La CCDP renvoie l’affaire à un tribunal des droits de la personne, formé en janvier 1991. À peine le tribunal a-t-il été constitué que le gouvernement entame une longue série de comparutions en cour pour contester la compétence du tribunal à entendre l’affaire. Mais chaque fois, le gouvernement perd sa cause. Le tribunal tiendra plus de 260 jours d’audiences sur une période de 6 ans, qui prendra fin en janvier 1997.

La grève nationale de 1991

Parallèlement, l’équité salariale est devenue une question prioritaire à la table de négociation et lors de la grève nationale de 1991 contre le gouvernement Mulroney. Plutôt que de répondre aux préoccupations des membres de l’AFPC, le gouvernement choisit de légiférer pour mettre un terme à la grève et paralyse la négociation collective. Le gel des négociations sera prolongé jusqu’en 1997 par le gouvernement libéral de Jean Chrétien, porté au pouvoir en 1993. 


Reportage de TVA sur l’équité salariale (1997)

Une offre « divulguée »

Plusieurs mois après la fin des audiences du tribunal, et à la veille du congrès national triennal de 1997 de l’AFPC, le gouvernement « divulgue » une offre de règlement par l’entremise du Toronto Star sans d’abord l’avoir présentée au syndicat.

Même si l’offre pouvait sembler généreuse, elle était de loin inférieure à ce qui était nécessaire pour combler l’écart salarial. Le gouvernement Chrétien avait fait le pari que les membres de l’AFPC accepteraient une proposition à la baisse parce qu’il avait les moyens financiers d’étirer le processus judiciaire et le pouvoir de légiférer. Mais il a perdu son pari puisque les membres de l’AFPC ont tenu bon et ont refusé l’offre.

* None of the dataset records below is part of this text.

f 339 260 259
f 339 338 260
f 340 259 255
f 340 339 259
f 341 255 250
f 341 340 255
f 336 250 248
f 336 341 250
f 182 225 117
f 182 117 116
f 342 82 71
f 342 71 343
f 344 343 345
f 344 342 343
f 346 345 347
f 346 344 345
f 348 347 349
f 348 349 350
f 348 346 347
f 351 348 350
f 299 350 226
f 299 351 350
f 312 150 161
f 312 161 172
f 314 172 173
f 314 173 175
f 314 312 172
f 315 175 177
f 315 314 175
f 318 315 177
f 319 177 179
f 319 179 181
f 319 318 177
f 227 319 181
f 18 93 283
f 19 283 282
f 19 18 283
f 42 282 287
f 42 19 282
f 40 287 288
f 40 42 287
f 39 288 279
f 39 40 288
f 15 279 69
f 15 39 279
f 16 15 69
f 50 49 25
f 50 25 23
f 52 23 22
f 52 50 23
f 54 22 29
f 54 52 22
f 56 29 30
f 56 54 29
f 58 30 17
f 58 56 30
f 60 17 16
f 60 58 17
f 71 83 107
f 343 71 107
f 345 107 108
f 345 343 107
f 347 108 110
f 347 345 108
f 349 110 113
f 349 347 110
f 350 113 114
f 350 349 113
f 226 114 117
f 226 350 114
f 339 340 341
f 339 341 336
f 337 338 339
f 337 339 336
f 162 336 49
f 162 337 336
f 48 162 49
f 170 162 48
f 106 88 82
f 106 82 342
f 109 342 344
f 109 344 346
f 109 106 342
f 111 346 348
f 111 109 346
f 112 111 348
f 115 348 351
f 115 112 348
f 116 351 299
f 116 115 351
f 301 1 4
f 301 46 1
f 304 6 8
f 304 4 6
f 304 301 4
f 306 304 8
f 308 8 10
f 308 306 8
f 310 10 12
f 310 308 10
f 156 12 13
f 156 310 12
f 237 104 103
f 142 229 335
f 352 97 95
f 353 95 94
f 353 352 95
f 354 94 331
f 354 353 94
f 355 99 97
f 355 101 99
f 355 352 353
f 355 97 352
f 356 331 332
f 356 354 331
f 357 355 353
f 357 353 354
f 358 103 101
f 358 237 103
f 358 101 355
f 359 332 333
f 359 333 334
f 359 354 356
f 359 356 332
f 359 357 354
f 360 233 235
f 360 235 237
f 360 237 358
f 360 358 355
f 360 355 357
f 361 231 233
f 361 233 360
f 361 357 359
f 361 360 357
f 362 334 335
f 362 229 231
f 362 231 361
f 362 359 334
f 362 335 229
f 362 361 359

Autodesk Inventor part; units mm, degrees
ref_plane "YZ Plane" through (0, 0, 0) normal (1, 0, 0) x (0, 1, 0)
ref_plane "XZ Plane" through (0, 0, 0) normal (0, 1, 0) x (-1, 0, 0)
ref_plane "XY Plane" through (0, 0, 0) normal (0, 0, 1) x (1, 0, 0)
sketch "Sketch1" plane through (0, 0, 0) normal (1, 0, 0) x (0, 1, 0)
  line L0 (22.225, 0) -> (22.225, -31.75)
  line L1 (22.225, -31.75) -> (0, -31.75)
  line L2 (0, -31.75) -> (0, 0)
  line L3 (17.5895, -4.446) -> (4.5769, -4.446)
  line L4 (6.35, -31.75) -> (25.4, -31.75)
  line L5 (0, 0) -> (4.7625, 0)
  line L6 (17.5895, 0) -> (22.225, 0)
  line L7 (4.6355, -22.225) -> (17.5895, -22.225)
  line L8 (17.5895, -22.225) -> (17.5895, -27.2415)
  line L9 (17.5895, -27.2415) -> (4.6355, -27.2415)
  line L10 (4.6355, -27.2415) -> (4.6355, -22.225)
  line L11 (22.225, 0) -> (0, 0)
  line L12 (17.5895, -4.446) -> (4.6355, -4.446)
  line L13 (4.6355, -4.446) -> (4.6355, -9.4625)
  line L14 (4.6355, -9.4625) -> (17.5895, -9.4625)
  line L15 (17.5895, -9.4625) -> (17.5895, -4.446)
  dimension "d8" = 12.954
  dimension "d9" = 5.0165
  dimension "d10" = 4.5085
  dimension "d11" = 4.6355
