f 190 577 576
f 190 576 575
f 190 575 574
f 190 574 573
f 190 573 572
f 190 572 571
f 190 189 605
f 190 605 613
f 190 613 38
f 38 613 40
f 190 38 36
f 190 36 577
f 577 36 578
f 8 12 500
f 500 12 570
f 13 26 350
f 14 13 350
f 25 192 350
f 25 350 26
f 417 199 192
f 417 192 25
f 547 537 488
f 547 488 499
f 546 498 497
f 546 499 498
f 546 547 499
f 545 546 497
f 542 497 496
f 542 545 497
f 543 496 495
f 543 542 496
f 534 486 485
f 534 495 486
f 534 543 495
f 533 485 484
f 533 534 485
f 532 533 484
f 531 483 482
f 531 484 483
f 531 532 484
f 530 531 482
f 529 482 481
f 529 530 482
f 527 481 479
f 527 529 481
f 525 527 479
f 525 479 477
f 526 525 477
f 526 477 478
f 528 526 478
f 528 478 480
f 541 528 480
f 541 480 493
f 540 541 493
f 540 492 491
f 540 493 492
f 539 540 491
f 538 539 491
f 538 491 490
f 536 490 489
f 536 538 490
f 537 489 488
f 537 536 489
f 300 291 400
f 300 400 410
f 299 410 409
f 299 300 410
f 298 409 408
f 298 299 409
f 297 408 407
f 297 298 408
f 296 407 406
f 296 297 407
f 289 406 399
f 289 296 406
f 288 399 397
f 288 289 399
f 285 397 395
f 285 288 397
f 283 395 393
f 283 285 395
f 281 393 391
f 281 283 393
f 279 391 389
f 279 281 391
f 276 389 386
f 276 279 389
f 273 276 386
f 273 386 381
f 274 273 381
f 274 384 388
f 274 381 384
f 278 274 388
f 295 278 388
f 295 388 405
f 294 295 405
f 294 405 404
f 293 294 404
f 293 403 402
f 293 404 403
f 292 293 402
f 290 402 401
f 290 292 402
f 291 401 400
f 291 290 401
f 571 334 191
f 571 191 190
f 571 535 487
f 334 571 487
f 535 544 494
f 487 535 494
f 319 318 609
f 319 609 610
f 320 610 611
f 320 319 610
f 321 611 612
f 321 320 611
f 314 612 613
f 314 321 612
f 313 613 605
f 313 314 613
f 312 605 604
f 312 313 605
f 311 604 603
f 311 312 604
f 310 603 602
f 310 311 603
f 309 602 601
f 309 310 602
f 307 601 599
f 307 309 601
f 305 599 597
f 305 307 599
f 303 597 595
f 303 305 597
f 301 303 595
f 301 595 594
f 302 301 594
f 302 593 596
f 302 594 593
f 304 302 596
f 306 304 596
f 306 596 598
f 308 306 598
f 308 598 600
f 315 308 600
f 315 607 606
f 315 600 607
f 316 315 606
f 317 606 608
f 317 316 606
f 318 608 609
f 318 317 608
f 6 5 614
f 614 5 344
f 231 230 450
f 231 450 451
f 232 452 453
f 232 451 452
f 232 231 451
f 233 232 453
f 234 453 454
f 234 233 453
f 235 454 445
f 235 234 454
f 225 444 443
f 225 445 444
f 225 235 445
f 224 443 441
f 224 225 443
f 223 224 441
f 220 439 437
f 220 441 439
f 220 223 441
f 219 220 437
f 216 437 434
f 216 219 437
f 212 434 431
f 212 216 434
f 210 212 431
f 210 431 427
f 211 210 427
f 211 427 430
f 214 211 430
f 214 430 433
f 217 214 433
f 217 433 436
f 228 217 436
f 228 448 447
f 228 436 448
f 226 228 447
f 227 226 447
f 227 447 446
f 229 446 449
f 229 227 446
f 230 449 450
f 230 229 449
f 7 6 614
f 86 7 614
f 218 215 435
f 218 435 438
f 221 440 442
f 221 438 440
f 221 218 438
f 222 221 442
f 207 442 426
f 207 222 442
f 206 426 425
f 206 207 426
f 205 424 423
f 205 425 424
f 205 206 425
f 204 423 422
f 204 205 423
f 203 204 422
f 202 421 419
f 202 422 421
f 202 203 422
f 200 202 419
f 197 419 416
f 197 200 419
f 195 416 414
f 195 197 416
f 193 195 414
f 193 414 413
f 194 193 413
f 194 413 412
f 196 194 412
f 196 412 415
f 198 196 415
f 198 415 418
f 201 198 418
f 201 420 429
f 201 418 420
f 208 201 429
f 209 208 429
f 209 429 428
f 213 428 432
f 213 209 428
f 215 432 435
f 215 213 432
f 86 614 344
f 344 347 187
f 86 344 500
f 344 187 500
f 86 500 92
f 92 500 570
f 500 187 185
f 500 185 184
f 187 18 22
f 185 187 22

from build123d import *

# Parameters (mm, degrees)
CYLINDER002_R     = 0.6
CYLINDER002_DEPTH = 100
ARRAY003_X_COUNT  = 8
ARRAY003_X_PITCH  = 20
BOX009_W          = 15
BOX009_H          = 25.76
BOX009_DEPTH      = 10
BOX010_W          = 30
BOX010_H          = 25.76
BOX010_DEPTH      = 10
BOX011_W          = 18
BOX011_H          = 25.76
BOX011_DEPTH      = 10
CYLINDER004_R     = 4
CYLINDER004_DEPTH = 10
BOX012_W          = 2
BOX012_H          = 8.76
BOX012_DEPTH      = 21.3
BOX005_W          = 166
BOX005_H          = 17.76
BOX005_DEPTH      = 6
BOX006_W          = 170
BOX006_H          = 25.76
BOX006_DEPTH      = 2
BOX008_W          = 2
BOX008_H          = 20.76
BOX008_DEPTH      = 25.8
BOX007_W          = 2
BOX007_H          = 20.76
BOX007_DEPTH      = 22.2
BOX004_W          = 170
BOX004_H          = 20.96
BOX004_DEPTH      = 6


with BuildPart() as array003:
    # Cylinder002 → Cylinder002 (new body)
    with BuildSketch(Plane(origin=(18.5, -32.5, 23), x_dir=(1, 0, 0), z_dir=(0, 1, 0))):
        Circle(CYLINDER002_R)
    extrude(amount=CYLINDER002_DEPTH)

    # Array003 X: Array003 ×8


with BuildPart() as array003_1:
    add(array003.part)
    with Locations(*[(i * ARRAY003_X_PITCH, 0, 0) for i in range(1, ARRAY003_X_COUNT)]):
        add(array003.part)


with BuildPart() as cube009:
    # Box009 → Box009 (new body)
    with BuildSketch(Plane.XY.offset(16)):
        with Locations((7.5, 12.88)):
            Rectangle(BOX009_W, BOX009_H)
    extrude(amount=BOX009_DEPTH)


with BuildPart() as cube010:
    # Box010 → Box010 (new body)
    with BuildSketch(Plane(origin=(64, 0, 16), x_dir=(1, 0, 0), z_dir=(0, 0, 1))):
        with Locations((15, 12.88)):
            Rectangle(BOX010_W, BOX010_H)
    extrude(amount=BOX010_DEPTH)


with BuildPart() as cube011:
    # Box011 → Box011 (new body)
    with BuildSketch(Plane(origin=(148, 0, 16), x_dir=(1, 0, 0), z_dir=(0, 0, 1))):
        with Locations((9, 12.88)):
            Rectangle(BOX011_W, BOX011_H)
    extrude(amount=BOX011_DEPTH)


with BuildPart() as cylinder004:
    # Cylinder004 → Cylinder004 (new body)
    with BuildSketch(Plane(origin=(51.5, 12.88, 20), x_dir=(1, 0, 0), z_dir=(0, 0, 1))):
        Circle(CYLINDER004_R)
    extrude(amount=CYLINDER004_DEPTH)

Victoire au tribunal et appel devant la Cour fédérale

Le 29 juillet 1998, le tribunal rend sa décision. Les membres de l’AFPC remportent une victoire décisive et éclatante. Le tribunal ordonne alors des ajustements de salaire rétroactifs au 8 mars 1985, soit le jour du lancement de l’étude syndicale-patronale sur la rémunération, plus des intérêts jusqu’à la date d’envoi des chèques.

Sans surprise, il faudra moins d’un mois au gouvernement pour contester la décision du tribunal devant la Cour fédérale. L’appel sera entendu en mai et juin 1999 et, le 19 octobre de la même année, le juge John Evans confirmera le verdict du tribunal en faveur de l’AFPC. Au moment de rendre sa décision, le juge Evans souligne que ce dossier a traîné beaucoup trop longtemps et coûté trop cher à toutes les parties concernées, ajoutant que le fait de retarder indûment la justice équivalait à nier le principe de justice.

L’AFPC conclut une entente avec le Conseil du Trésor

Quelques jours après que la Cour fédérale a rendu sa décision, l’AFPC entame des négociations visant à conclure une entente avec le Conseil du Trésor. C’est ainsi que le 29 octobre, elle parvient à une entente historique avec le gouvernement sur la parité salariale.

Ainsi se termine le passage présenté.